I've also taken pains to create methods that are useful for web application development but not specific to it.
If you have an application that sees many reads of a nested tree but not as many writes or updates, the "nested set" model this module implements should offer significant performance benefits over an adjacency list.
SEE ALSO
DBIx::Tree, which implements an "adjacency list" model of nested trees.
DBIx::NestedSet::Manage which is included with this distribution and implements a CGI::Application and HTML::Based system for managing trees via DBIx::NestedSet and implements most DBIx::NestedSet methods.
http://www.intelligententerprise.com/001020/celko.jhtml
http://www.dbmsmag.com/9603d06.html
http://www.dbmsmag.com/9604d06.html
http://www.dbmsmag.com/9605d06.html
http://www.dbmsmag.com/9606d06.html
For those last three links, the "Nested Set" discussion starts about halfway through the articles.
BUGS
Yes. I'm sure there are some. Please contact me if you find any.
Things to avoid:
Keep the names of columns, the table, and any automagically added meta-data keys to fit m/^[_A-Za-z\d]+$/, which is A-Z, a-z, digits, and the underscore. And don't use SQL reserved words.
TODO
Create methods to get children that DO implement "nested array" trees.

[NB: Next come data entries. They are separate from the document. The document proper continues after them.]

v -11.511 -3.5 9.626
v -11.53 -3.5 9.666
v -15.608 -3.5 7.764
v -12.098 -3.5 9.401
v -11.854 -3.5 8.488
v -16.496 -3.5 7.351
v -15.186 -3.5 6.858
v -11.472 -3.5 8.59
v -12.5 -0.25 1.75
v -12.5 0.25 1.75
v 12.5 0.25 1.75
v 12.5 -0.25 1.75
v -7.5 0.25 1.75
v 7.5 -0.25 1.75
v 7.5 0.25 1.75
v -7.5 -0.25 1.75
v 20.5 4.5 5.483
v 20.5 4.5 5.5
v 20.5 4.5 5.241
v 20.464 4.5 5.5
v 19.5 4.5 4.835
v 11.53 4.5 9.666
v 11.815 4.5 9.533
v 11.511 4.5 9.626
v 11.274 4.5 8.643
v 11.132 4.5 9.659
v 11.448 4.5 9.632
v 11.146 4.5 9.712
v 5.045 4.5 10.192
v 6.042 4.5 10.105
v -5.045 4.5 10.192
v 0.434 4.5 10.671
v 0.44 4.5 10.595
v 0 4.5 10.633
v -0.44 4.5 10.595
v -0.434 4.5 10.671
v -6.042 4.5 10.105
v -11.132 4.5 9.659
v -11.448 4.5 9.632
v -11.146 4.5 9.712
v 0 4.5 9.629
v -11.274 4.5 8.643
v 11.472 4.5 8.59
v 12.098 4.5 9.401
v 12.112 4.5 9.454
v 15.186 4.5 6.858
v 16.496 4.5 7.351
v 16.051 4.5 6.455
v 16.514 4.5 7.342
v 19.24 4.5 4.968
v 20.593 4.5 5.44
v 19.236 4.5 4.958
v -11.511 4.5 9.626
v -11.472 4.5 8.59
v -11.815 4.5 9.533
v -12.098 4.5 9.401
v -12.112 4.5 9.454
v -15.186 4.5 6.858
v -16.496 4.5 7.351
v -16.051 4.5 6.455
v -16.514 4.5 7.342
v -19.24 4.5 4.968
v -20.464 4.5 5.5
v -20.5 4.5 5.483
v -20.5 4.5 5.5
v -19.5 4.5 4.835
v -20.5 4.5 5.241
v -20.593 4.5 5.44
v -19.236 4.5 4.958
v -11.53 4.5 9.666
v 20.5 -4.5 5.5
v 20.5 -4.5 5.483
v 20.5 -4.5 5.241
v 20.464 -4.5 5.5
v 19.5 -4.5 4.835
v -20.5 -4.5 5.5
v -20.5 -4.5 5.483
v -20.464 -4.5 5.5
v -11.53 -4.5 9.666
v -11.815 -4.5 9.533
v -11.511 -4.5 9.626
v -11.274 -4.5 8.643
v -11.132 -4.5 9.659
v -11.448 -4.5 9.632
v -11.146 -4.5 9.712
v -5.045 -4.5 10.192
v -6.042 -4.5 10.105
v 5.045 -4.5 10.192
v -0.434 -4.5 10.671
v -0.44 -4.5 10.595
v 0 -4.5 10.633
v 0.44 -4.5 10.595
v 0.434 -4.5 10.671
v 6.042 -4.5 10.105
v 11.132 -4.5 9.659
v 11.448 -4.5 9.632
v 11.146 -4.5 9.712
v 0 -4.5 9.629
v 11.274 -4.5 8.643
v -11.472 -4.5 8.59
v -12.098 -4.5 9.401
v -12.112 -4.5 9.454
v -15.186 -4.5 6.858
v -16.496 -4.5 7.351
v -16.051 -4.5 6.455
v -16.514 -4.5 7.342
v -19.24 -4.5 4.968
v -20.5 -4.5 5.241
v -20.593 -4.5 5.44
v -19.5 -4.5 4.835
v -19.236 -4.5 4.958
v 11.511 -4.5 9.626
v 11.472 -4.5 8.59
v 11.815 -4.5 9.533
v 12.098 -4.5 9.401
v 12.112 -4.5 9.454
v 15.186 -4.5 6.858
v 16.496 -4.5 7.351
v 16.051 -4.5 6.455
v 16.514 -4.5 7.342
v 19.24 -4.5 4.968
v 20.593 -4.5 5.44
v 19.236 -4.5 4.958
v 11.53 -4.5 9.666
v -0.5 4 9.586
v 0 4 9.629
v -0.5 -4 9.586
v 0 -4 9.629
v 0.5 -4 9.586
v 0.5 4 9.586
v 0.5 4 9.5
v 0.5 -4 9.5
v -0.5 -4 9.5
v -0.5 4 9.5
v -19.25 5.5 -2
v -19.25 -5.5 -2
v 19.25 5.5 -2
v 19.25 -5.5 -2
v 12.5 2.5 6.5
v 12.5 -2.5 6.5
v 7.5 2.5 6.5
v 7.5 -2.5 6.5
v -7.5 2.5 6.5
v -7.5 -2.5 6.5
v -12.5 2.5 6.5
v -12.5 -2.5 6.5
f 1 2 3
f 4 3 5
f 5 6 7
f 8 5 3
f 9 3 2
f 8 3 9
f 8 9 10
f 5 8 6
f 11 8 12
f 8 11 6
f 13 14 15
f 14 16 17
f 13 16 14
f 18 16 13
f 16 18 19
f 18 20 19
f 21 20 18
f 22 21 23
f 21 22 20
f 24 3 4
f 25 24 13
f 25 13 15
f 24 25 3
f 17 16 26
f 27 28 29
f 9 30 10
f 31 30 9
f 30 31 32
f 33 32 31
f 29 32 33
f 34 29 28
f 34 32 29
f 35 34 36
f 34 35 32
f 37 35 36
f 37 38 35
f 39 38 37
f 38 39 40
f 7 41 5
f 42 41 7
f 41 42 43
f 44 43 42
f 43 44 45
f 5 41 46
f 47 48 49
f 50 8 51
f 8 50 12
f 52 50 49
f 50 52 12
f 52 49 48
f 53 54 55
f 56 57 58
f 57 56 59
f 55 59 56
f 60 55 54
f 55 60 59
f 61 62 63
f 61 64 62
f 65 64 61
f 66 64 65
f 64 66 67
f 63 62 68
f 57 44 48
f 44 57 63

Do benchmarking to see how a nested set model performs under various scenarios.
Maybe create a "traversal" system other than the very simple:
my $nodes=$tree->get_self_and_children(id=$tree->get_root); foreach my $node(@$nodes){ #do something with the hashref that represents this node. }
AUTHOR
Dan Collis Puro, Geekuprising.com. Email: dan at geekuprising dot com.
This model was inspired by the perlmonks.org thread below:
http://www.perlmonks.org/index.pl?node_id=354049
See "Tilly's" response in particular. I'm "Hero Zzyzzx".
LICENSE
This library is free software; you can redistribute it and/or modify it under the same terms as Perl itself.